NYC's Leaders Are Wrong on Amazon
By Mark Hurst • Mar 7, 2019 (Updated March 21, 2019 with WSJ link)
A few days ago (last Friday, March 1), I spotted a full-page ad in the New York Times. This "Open Letter to Amazon Chief Executive Jeff Bezos" was signed by the leaders of dozens of organizations and companies based in New York City.
They were asking Jeff Bezos to "reconsider" his decision to cut loose from New York City, at the conclusion of the recent HQ2 debacle.

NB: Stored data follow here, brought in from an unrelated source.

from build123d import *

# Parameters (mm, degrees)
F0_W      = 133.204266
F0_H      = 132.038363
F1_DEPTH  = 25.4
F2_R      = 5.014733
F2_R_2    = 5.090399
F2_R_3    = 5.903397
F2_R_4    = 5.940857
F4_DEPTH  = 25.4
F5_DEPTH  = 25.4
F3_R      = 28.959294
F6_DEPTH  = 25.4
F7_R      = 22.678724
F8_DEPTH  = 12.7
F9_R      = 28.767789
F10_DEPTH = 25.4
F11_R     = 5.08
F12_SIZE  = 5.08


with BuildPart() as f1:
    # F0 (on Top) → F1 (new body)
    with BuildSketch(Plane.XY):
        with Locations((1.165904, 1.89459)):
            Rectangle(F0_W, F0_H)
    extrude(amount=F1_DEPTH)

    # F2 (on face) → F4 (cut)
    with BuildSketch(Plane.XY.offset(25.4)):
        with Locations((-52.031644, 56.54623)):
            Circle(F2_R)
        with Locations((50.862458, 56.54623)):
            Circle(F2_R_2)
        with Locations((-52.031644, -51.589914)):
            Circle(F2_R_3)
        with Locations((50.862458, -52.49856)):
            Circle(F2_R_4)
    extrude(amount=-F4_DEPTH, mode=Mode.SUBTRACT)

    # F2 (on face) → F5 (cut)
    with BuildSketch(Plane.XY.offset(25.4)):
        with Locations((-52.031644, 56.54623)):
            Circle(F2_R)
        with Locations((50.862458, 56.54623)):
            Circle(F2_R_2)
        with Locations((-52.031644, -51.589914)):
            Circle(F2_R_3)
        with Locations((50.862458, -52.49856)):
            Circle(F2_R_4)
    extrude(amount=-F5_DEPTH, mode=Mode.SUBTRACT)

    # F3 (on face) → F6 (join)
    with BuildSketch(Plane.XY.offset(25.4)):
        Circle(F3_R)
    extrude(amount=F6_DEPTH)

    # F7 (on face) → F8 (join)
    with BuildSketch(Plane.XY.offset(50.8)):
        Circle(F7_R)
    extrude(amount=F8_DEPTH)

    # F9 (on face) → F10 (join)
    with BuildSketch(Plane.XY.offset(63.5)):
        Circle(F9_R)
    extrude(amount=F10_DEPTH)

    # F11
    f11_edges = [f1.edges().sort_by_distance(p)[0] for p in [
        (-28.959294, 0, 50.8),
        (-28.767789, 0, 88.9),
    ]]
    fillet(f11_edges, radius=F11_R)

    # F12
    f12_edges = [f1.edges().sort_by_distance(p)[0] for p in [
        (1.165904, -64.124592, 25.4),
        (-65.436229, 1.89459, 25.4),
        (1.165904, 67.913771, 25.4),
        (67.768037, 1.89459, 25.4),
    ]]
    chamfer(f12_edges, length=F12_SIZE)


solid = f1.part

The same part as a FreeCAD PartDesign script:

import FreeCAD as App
import Part
import Sketcher
Q = App.Units.Quantity


def edges_at(feature, points):
    """Names of the edges that pass closest to the given points."""
    edges = feature.Shape.Edges
    near = lambda p: min(range(len(edges)), key=lambda i: edges[i].distToShape(Part.Vertex(*p))[0])
    return sorted({f"Edge{near(p) + 1}" for p in points})

doc = App.newDocument("Part")
body = doc.addObject("PartDesign::Body", "Body")

# Sketch on XY plane
sketch1 = doc.addObject("Sketcher::SketchObject", "Sketch")
body.addObject(sketch1)
sketch1.AttachmentSupport = (doc.XY_Plane, [""])
sketch1.MapMode = "FlatFace"
sketch1.addGeometry(Part.LineSegment(App.Vector(-65, 68, 0), App.Vector(-65, -64, 0)), False)
sketch1.addGeometry(Part.LineSegment(App.Vector(-65, -64, 0), App.Vector(68, -64, 0)), False)
sketch1.addGeometry(Part.LineSegment(App.Vector(68, -64, 0), App.Vector(68, 68, 0)), False)
sketch1.addGeometry(Part.LineSegment(App.Vector(68, 68, 0), App.Vector(-65, 68, 0)), False)
sketch1.addConstraint(Sketcher.Constraint("Coincident", 0, 2, 1, 1))
sketch1.addConstraint(Sketcher.Constraint("Coincident", 1, 2, 2, 1))
sketch1.addConstraint(Sketcher.Constraint("Coincident", 2, 2, 3, 1))
sketch1.addConstraint(Sketcher.Constraint("Coincident", 3, 2, 0, 1))
sketch1.addConstraint(Sketcher.Constraint("Vertical", 0))
sketch1.addConstraint(Sketcher.Constraint("Horizontal", 1))
sketch1.addConstraint(Sketcher.Constraint("Vertical", 2))
sketch1.addConstraint(Sketcher.Constraint("Horizontal", 3))
sketch1.addConstraint(Sketcher.Constraint("DistanceX", 1, 1, 1, 2, Q("133.204266 mm")))
sketch1.addConstraint(Sketcher.Constraint("DistanceY", 0, 2, 0, 1, Q("132.038363 mm")))
sketch1.addConstraint(Sketcher.Constraint("DistanceX", 0, 2, -1, 1, Q("65.436229 mm")))
sketch1.addConstraint(Sketcher.Constraint("DistanceY", 0, 2, -1, 1, Q("64.124591 mm")))
pad1 = doc.addObject("PartDesign::Pad", "Pad")
body.addObject(pad1)
pad1.Profile = sketch1
pad1.Length = Q("1 in")

# Sketch on XY plane
sketch2 = doc.addObject("Sketcher::SketchObject", "Sketch001")
body.addObject(sketch2)
sketch2.AttachmentSupport = (doc.XY_Plane, [""])
sketch2.MapMode = "FlatFace"
sketch2.AttachmentOffset = App.Placement(App.Vector(0, 0, 1 * 25.4), App.Rotation())
sketch2.addGeometry(Part.Circle(App.Vector(-52, 57, 0), App.Vector(0, 0, 1), 5), False)
sketch2.addGeometry(Part.Circle(App.Vector(51, 57, 0), App.Vector(0, 0, 1), 5), False)
sketch2.addGeometry(Part.Circle(App.Vector(-52, -52, 0), App.Vector(0, 0, 1), 6), False)
sketch2.addGeometry(Part.Circle(App.Vector(51, -52, 0), App.Vector(0, 0, 1), 6), False)
sketch2.addConstraint(Sketcher.Constraint("Horizontal", 0, 3, 1, 3))
sketch2.addConstraint(Sketcher.Constraint("Vertical", 0, 3, 2, 3))
sketch2.addConstraint(Sketcher.Constraint("Vertical", 1, 3, 3, 3))
sketch2.addConstraint(Sketcher.Constraint("Diameter", 0, Q("10.029466 mm")))
sketch2.addConstraint(Sketcher.Constraint("Diameter", 1, Q("10.180798 mm")))
sketch2.addConstraint(Sketcher.Constraint("Diameter", 2, Q("11.806794 mm")))
sketch2.addConstraint(Sketcher.Constraint("Diameter", 3, Q("11.881714 mm")))
sketch2.addConstraint(Sketcher.Constraint("DistanceY", -1, 1, 0, 3, Q("56.54623 mm")))
sketch2.addConstraint(Sketcher.Constraint("DistanceY", 3, 3, -1, 1, Q("52.49856 mm")))
sketch2.addConstraint(Sketcher.Constraint("DistanceX", 0, 3, -1, 1, Q("52.031644 mm")))
sketch2.addConstraint(Sketcher.Constraint("DistanceX", -1, 1, 1, 3, Q("50.862458 mm")))
sketch2.addConstraint(Sketcher.Constraint("DistanceY", 2, 3, -1, 1, Q("51.589914 mm")))
pocket1 = doc.addObject("PartDesign::Pocket", "Pocket")
body.addObject(pocket1)
pocket1.Profile = sketch2
pocket1.Length = Q("1 in")

# Sketch on XY plane
sketch3 = doc.addObject("Sketcher::SketchObject", "Sketch002")
body.addObject(sketch3)
sketch3.AttachmentSupport = (doc.XY_Plane, [""])
sketch3.MapMode = "FlatFace"
sketch3.AttachmentOffset = App.Placement(App.Vector(0, 0, 1 * 25.4), App.Rotation())
sketch3.addGeometry(Part.Circle(App.Vector(-52, 57, 0), App.Vector(0, 0, 1), 5), False)
sketch3.addGeometry(Part.Circle(App.Vector(51, 57, 0), App.Vector(0, 0, 1), 5), False)
sketch3.addGeometry(Part.Circle(App.Vector(-52, -52, 0), App.Vector(0, 0, 1), 6), False)
sketch3.addGeometry(Part.Circle(App.Vector(51, -52, 0), App.Vector(0, 0, 1), 6), False)
sketch3.addConstraint(Sketcher.Constraint("Horizontal", 0, 3, 1, 3))
sketch3.addConstraint(Sketcher.Constraint("Vertical", 0, 3, 2, 3))
sketch3.addConstraint(Sketcher.Constraint("Vertical", 1, 3, 3, 3))
sketch3.addConstraint(Sketcher.Constraint("Diameter", 0, Q("10.029466 mm")))
sketch3.addConstraint(Sketcher.Constraint("Diameter", 1, Q("10.180798 mm")))
sketch3.addConstraint(Sketcher.Constraint("Diameter", 2, Q("11.806794 mm")))
sketch3.addConstraint(Sketcher.Constraint("Diameter", 3, Q("11.881714 mm")))
sketch3.addConstraint(Sketcher.Constraint("DistanceY", -1, 1, 0, 3, Q("56.54623 mm")))
sketch3.addConstraint(Sketcher.Constraint("DistanceY", 3, 3, -1, 1, Q("52.49856 mm")))
sketch3.addConstraint(Sketcher.Constraint("DistanceX", 0, 3, -1, 1, Q("52.031644 mm")))
sketch3.addConstraint(Sketcher.Constraint("DistanceX", -1, 1, 1, 3, Q("50.862458 mm")))
sketch3.addConstraint(Sketcher.Constraint("DistanceY", 2, 3, -1, 1, Q("51.589914 mm")))
pocket2 = doc.addObject("PartDesign::Pocket", "Pocket001")
body.addObject(pocket2)
pocket2.Profile = sketch3
pocket2.Length = Q("1 in")

# Sketch on XY plane
sketch4 = doc.addObject("Sketcher::SketchObject", "Sketch003")
body.addObject(sketch4)
sketch4.AttachmentSupport = (doc.XY_Plane, [""])
sketch4.MapMode = "FlatFace"
sketch4.AttachmentOffset = App.Placement(App.Vector(0, 0, 1 * 25.4), App.Rotation())
sketch4.addGeometry(Part.Circle(App.Vector(0, 0, 0), App.Vector(0, 0, 1), 29), False)
sketch4.addConstraint(Sketcher.Constraint("Coincident", 0, 3, -1, 1))
sketch4.addConstraint(Sketcher.Constraint("Diameter", 0, Q("57.918588 mm")))
pad2 = doc.addObject("PartDesign::Pad", "Pad001")
body.addObject(pad2)
pad2.Profile = sketch4
pad2.Length = Q("1 in")

# Sketch on XY plane
sketch5 = doc.addObject("Sketcher::SketchObject", "Sketch004")
body.addObject(sketch5)
sketch5.AttachmentSupport = (doc.XY_Plane, [""])
sketch5.MapMode = "FlatFace"
sketch5.AttachmentOffset = App.Placement(App.Vector(0, 0, 2 * 25.4), App.Rotation())
sketch5.addGeometry(Part.Circle(App.Vector(0, 0, 0), App.Vector(0, 0, 1), 23), False)
sketch5.addConstraint(Sketcher.Constraint("Coincident", 0, 3, -1, 1))
sketch5.addConstraint(Sketcher.Constraint("Diameter", 0, Q("45.357448 mm")))
pad3 = doc.addObject("PartDesign::Pad", "Pad002")
body.addObject(pad3)
pad3.Profile = sketch5
pad3.Length = Q("0.5 in")

# Sketch on XY plane
sketch6 = doc.addObject("Sketcher::SketchObject", "Sketch005")
body.addObject(sketch6)
sketch6.AttachmentSupport = (doc.XY_Plane, [""])
sketch6.MapMode = "FlatFace"
sketch6.AttachmentOffset = App.Placement(App.Vector(0, 0, 2.5 * 25.4), App.Rotation())
sketch6.addGeometry(Part.Circle(App.Vector(0, 0, 0), App.Vector(0, 0, 1), 29), False)
sketch6.addConstraint(Sketcher.Constraint("Coincident", 0, 3, -1, 1))
sketch6.addConstraint(Sketcher.Constraint("Diameter", 0, Q("57.535578 mm")))
pad4 = doc.addObject("PartDesign::Pad", "Pad003")
body.addObject(pad4)
pad4.Profile = sketch6
pad4.Length = Q("1 in")
doc.recompute()

fillet = doc.addObject("PartDesign::Fillet", "Fillet")
body.addObject(fillet)
fillet.Base = (pad4, edges_at(pad4, [(-28.959, 0, 50.8), (-28.768, 0, 88.9)]))
fillet.Radius = Q("0.2 in")
doc.recompute()

chamfer = doc.addObject("PartDesign::Chamfer", "Chamfer")
body.addObject(chamfer)
chamfer.Base = (fillet, edges_at(fillet, [
    (1.166, -64.125, 25.4),
    (-65.436, 1.895, 25.4),
    (1.166, 67.914, 25.4),
    (67.768, 1.895, 25.4),
]))
chamfer.Size = Q("0.2 in")

doc.recompute()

With all due respect to the smart, accomplished people who signed the letter, how do I put this... are you kidding me?
Let's review the letter:
• The letter promises that, if Bezos brings Amazon back to New York City, "Governor Cuomo will take personal responsibility for the project's state approval and Mayor de Blasio will work together with the governor." Excuse me? Perhaps these leaders forgot that the HQ2 mess was originally created by the governor and mayor, who routed around the city council in order to push the deal through. (Also, remember Cuomo's self-abasing comment that he'd rename himself "Amazon Cuomo" if the deal went through? Good times.)
• The letter also claims that "A clear majority of New Yorkers support this project and were disappointed by your decision not to proceed." Really? Where's the data on that? Maybe this is referencing a Siena poll covered in the Wall Street Journal that reported that a majority of New Yorkers - of the state of New York - answered the poll in support of HQ2. Many of these respondents are in cities over a hundred miles from New York City. The only data I saw from New Yorkers - of the city of New York - came from the city councilman of the HQ2 district in Queens, who said in the January 30 hearing that phone calls were coming in to his office two to one against HQ2. And this was after Amazon postal-mailed flyers throughout his district, urging constituents to call in favor. (See WSJ article: "56% of statewide voters favor building a Long Island City campus." To be fair, an alternative poll, not covered by the WSJ, found a majority of support within New York City voters: source.)
• Another flimsy assertion in the letter is that HQ2 would have brought "$28 billion in new tax revenues" to New York. Again, from the January 30 city council hearing, we learned that this number was generated by a report that was funded by the same people who put the deal together. The $28 billion number was a sales pitch, not an independent finding.
It's disappointing to see dozens of New York leaders signing a letter that's so poorly supported by the data. And I'm hardly the only critic of HQ2. Do you remember who called it a "fleecing," a "racket," and "crony capitalism at its worst"? Perhaps these CEOs missed it: it was in the Wall Street Journal. (The CEOs might also enjoy reading NYU's Scott Galloway, who called it a "con," adding that "Mr. Bezos and his board lack character.")
• Letter on the NYT site, also shown below.
• Jan 30 City Council Finance Committee hearing with Amazon, featuring speaker Corey Johnson, who starts around 1:05:00.
Full text of letter follows:
Open Letter to Amazon Chief Executive Jeff Bezos
Dear Mr. Bezos:
New Yorkers do not want to give up on the 25,000 permanent jobs, 11,000 union construction and maintenance jobs, and $28 billion in new tax revenues that Amazon was prepared to bring to our state.
A clear majority of New Yorkers support this project and were disappointed by your decision not to proceed.
We understand that becoming home to the world's industry leader in e-commerce, logistics and web services would be a tremendous boost for our state's technology industry, which is our fastest growing generator of new jobs.
As representatives of a wide range of government, business, labor and community interests, we urge you to reconsider, so that we can move forward together.
We know the public debate that followed the announcement of the Long Island City project was rough and not very welcoming. Opinions are strong in New York - sometimes strident. We consider it part of the New York charm! But when we commit to a project as important as this, we figure out how to get it done in a way that works for everyone.
Governor Cuomo will take personal responsibility for the project's state approval and Mayor de Blasio will work together with the governor to manage the community development process, including the workforce development and infrastructure investments that are necessary to ensure that the Amazon campus will be a tremendous benefit to residents and small businesses in the surrounding communities.
New York attracts the best, most diverse talent from across the globe.
We are a dynamic new center of the country's most inclusive tech economy.
We all hope you reconsider and join us in building the exciting future of New York.